I think when we look back on these two health advocacy movements, it can be all too easy to relegate them to their respective moments in history. But it’s critical that we do not let these movements die with their founders– their struggles are not over. We know that Black people in the United States have significantly worse health outcomes than their white peers, particularly Black women of reproductive age (Hill, Artiga, and Ranji 2022). We know that there are over 35,000 new HIV infections in the US each year, with disproportionate effects on Black and Latinx LGBTQ+ communities (Kaiser Family Foundation 2021), and that LGBTQ+ rights are under attack every day– the ACLU is currently tracking 430 anti-LGBTQ+ bills in state legislatures (ACLU 2023). Thinking intersectionally, we know that all of these health risks are amplified for Black trans women and trans women of color. And we know what the answer is to these threats, because our communities have answered the call before.
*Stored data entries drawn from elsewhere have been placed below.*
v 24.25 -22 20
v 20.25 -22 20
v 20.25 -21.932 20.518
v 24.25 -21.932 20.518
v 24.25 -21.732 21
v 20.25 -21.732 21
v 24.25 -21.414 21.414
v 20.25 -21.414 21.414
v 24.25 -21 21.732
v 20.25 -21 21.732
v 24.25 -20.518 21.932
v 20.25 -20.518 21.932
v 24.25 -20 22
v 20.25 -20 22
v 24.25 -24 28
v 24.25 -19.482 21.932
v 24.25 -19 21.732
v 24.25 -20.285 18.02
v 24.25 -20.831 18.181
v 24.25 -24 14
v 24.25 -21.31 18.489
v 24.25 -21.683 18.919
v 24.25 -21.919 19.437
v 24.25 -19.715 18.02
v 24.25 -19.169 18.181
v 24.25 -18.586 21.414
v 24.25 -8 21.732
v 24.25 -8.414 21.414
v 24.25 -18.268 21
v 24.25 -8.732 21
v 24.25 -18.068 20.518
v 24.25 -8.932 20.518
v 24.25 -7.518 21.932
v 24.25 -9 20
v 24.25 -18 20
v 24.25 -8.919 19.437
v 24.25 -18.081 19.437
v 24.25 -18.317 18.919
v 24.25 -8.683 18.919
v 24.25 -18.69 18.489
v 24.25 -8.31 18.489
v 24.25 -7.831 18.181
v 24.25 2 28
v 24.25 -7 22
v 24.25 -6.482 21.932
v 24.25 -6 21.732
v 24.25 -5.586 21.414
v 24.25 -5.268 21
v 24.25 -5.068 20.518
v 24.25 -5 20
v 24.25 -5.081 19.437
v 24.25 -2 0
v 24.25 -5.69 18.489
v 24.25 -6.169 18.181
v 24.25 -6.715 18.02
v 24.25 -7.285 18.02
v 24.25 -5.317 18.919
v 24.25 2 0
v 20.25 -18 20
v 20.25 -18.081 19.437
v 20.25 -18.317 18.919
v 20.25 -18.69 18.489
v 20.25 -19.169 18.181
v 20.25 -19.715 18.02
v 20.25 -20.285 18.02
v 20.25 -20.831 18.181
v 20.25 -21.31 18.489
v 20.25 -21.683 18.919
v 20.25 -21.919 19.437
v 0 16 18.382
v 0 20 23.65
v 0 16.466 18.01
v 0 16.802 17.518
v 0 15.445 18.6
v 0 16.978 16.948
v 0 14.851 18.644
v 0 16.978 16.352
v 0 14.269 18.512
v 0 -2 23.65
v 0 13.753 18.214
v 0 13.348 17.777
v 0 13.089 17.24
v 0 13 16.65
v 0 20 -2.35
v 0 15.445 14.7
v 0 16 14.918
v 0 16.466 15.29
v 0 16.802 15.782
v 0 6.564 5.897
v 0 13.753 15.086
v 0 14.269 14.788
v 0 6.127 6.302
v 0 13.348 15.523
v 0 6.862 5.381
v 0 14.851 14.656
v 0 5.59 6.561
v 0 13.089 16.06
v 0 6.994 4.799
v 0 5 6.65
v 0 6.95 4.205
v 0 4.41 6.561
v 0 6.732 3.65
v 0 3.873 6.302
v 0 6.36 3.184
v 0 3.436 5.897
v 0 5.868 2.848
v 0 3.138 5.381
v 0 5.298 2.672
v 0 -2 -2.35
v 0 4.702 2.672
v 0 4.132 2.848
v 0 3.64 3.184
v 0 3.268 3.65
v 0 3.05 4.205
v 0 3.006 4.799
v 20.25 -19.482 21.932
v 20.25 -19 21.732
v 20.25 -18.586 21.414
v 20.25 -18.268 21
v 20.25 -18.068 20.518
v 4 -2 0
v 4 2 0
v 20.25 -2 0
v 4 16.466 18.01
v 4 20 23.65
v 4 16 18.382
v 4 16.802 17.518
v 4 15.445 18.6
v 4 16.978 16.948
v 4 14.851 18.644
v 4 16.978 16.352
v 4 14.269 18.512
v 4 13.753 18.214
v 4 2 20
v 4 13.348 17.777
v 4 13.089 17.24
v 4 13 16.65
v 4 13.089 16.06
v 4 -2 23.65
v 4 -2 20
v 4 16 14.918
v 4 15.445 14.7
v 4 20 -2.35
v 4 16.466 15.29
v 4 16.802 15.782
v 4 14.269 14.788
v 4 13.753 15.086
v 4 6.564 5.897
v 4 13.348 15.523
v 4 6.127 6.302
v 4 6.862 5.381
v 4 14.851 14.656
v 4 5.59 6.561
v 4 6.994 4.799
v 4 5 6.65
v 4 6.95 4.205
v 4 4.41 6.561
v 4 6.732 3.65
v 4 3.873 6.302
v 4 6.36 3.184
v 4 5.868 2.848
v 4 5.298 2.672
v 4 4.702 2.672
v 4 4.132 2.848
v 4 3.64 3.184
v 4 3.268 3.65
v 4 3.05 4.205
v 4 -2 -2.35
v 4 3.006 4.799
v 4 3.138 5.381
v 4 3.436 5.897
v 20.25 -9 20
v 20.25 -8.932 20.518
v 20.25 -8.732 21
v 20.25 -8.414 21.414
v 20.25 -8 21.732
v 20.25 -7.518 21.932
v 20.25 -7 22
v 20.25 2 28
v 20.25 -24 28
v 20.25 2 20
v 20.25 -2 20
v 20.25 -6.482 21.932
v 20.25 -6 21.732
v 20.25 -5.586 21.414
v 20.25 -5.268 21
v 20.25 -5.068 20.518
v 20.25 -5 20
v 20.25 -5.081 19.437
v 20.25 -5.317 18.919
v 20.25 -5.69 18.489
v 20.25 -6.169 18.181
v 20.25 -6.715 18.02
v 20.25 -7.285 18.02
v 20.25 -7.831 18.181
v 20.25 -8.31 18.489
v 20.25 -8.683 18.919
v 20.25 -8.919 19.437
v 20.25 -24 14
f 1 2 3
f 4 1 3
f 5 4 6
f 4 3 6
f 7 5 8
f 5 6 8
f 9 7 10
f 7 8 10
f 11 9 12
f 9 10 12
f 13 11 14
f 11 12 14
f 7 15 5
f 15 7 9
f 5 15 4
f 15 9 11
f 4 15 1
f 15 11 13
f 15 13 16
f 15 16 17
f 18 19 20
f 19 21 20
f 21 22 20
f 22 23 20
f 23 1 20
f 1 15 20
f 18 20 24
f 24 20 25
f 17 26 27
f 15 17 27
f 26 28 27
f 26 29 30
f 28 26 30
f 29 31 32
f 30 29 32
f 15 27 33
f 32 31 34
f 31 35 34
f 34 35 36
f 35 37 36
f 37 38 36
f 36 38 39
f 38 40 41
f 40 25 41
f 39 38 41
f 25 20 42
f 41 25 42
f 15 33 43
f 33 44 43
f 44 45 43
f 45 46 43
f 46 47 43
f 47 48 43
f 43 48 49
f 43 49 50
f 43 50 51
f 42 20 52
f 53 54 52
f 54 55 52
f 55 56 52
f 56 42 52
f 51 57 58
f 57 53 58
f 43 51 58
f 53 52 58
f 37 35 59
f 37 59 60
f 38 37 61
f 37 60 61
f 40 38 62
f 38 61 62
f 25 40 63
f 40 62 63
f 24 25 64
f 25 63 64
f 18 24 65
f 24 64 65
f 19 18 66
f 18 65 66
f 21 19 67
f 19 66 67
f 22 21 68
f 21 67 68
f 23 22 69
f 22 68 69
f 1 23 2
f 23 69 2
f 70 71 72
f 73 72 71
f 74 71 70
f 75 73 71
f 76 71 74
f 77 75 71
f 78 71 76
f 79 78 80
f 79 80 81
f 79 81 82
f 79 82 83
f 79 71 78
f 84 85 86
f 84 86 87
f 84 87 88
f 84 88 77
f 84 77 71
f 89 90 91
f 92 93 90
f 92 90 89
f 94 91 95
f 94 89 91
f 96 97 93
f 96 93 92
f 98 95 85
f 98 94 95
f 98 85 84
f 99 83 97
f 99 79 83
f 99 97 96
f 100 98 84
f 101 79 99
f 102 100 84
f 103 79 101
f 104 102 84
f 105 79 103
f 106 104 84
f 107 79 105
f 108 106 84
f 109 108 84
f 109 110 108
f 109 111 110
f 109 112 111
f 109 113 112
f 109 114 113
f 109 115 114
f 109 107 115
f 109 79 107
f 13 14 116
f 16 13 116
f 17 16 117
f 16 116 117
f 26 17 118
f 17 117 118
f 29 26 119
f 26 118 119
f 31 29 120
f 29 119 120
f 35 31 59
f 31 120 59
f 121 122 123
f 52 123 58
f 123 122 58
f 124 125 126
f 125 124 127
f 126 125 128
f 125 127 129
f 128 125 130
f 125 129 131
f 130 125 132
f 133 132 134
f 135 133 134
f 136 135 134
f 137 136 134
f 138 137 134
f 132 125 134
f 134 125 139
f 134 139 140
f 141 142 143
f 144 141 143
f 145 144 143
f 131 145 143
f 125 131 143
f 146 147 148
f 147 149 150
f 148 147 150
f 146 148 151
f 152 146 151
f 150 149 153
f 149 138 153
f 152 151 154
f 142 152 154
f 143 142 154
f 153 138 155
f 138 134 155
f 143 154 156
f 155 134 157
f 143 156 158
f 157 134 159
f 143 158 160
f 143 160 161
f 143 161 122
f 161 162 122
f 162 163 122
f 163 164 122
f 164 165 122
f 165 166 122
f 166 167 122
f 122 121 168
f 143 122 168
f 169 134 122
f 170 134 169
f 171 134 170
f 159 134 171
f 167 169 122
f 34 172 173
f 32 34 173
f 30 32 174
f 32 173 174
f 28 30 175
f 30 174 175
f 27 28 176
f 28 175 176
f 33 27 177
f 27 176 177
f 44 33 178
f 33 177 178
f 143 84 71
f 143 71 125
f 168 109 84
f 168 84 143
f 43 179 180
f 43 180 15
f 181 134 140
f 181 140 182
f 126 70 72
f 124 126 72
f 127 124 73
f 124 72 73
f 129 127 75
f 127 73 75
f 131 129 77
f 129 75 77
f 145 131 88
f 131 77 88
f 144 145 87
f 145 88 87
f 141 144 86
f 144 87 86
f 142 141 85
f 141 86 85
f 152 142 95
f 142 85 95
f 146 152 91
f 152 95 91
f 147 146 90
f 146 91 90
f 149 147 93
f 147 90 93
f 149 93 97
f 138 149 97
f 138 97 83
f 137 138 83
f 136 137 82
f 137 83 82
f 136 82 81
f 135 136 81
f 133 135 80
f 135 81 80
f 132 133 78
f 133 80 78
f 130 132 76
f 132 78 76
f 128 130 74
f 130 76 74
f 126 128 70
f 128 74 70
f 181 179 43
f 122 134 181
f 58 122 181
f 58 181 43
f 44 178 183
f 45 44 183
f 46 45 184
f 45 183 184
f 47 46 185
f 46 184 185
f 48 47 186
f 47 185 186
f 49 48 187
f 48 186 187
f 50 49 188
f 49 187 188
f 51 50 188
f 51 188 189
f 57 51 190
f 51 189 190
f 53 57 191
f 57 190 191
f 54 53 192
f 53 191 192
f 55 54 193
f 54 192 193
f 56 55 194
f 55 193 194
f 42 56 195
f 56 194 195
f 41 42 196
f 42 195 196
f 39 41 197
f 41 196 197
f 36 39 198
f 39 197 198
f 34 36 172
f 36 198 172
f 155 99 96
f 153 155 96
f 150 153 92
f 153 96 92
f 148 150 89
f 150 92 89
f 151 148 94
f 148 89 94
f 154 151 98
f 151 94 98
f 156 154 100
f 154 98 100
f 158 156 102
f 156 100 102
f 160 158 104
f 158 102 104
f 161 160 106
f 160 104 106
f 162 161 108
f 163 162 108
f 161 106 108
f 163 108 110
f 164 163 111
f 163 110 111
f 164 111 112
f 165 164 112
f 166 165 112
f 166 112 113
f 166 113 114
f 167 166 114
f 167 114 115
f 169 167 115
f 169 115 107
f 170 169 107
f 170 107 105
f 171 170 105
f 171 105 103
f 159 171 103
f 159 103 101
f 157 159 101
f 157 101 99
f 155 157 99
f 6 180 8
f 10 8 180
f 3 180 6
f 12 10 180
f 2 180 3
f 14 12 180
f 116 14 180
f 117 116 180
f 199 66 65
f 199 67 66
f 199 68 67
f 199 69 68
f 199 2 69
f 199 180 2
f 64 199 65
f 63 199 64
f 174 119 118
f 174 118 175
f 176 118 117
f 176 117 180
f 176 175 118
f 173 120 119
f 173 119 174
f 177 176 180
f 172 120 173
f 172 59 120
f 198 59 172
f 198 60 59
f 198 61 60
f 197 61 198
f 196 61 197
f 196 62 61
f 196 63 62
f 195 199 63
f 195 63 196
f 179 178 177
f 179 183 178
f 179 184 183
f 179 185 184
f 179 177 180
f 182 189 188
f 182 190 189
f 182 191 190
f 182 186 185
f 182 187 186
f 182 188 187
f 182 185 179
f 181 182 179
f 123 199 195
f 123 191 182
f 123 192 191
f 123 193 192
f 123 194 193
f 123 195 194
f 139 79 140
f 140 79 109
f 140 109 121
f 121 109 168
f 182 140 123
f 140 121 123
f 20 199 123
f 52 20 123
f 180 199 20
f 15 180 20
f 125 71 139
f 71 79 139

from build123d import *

# Parameters (mm, degrees)
BOSS_EXTRU_1_DEPTH      = 20
ESQUISSE3_W             = 4
ESQUISSE3_H             = 18
BOSS_EXTRU_2_DEPTH      = 20
ESQUISSE4_W             = 4
ESQUISSE4_H             = 18
BOSS_EXTRU_3_DEPTH      = 20
ESQUISSE5_W             = 17.65
ESQUISSE5_H             = 18
ESQUISSE5_W_2           = 16.35
ESQUISSE5_R             = 2
ENL_V_MAT_EXTRU_1_DEPTH = 20
ESQUISSE6_W             = 4
ESQUISSE6_H             = 26
BOSS_EXTRU_4_DEPTH      = 4
ESQUISSE7_R             = 2
ENL_V_MAT_EXTRU_2_DEPTH = 4
ESQUISSE8_R             = 2
ENL_V_MAT_EXTRU_3_DEPTH = 4
ESQUISSE9_W             = 4
ESQUISSE9_H             = 26
BOSS_EXTRU_5_DEPTH      = 8
ENL_V_MAT_EXTRU_5_DEPTH = 8


with BuildPart() as part:
    # Esquisse1 → Boss.-Extru.1 (new body)
    with BuildSketch(Plane.XY):
        Polygon((0, 16), (0, 0), (24.25, 0), (24.25, 2), (4, 2), (4, 16), align=None)
        Polygon((24.25, 0), (0, 0), (0, -2), (20.25, -2), (20.25, -24), (24.25, -24), align=None)
    extrude(amount=BOSS_EXTRU_1_DEPTH)

    # Esquisse3 → Boss.-Extru.2 (add)
    with BuildSketch(Plane(origin=(0, 0, 0), x_dir=(-1, 0, 0), z_dir=(0, 0, -1))):
        with Locations((-2, 7)):
            Rectangle(ESQUISSE3_W, ESQUISSE3_H)
    extrude(amount=BOSS_EXTRU_2_DEPTH)

    # Esquisse4 → Boss.-Extru.3 (add)
    with BuildSketch(Plane.XY.offset(20)):
        with Locations((2, 7)):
In the last election cycle in my tiny hometown, the hot button issue was funding for public works, particularly budget allocations for local emergency services. One particular focus was on whether it was worthwhile to purchase a new ladder truck– devastating blazes are uncommon, opponents argued, and our small town’s funds would be better spent on other public goods; neighboring fire departments would be more than capable of providing us with their aid should we require it. But the supporters of the fire truck were adamant. Overnight, signs popped up in front yards up and down our little blocks: WE NEED OUR OWN TO SAVE OUR OWN! Perhaps the fire truck metaphor is silly, but this is what I think of when I think of health advocacy and activism. The work only gets done when those of us who are affected the most deeply rally together around a common cause. Change happens within communities. When we shout together, our voices echo.
References
- ACLU. 2023. “Mapping Attacks on LGBTQ Rights in US State Legislatures”. https://www.aclu.org/legislative-attacks-on-lgbtq-rights
- Czerwiec, MK. 2017. Taking Turns. University Park, PA: Penn State University Press.
- France, David, director. 2012. How to Survive a Plague. Sundance Selects. 109 min.
- Hegedus, Eric and Robert Rorke. 2019. “Sandra Bernhard: ‘Pose’ recalls horror of early days of AIDS”. New York Post. https://nypost.com/2019/06/21/sandra-bernhard-pose-recalls-horror-of-early-days-of-aids/
- Hill, Latoya, Samantha Artiga, and Usha Ranji. 2022. “Racial Disparities in Maternal and Infant Health: Current Status and Efforts to Address Them”. Kaiser Family Foundation. https://www.kff.org/racial-equity-and-health-policy/issue-brief/racial-disparities-in-maternal-and-infant-health-current-status-and-efforts-to-address-them/
- Kaiser Family Foundation. 2021. “The HIV/AIDS Epidemic in the United States: The Basics.” https://www.kff.org/hivaids/fact-sheet/the-hivaids-epidemic-in-the-united-states-the-basics
- Kleinman, Arthur. 1988. The Illness Narratives: Suffering, Healing, and the Human Condition. Basic Books.
- Nelson, Alondra. 2013. “The People’s Free Medical Clinics” in Body and Soul: The Black Panther Party and the Fight Against Medical Discrimination. Minneapolis, MN: The University of Minnesota Press.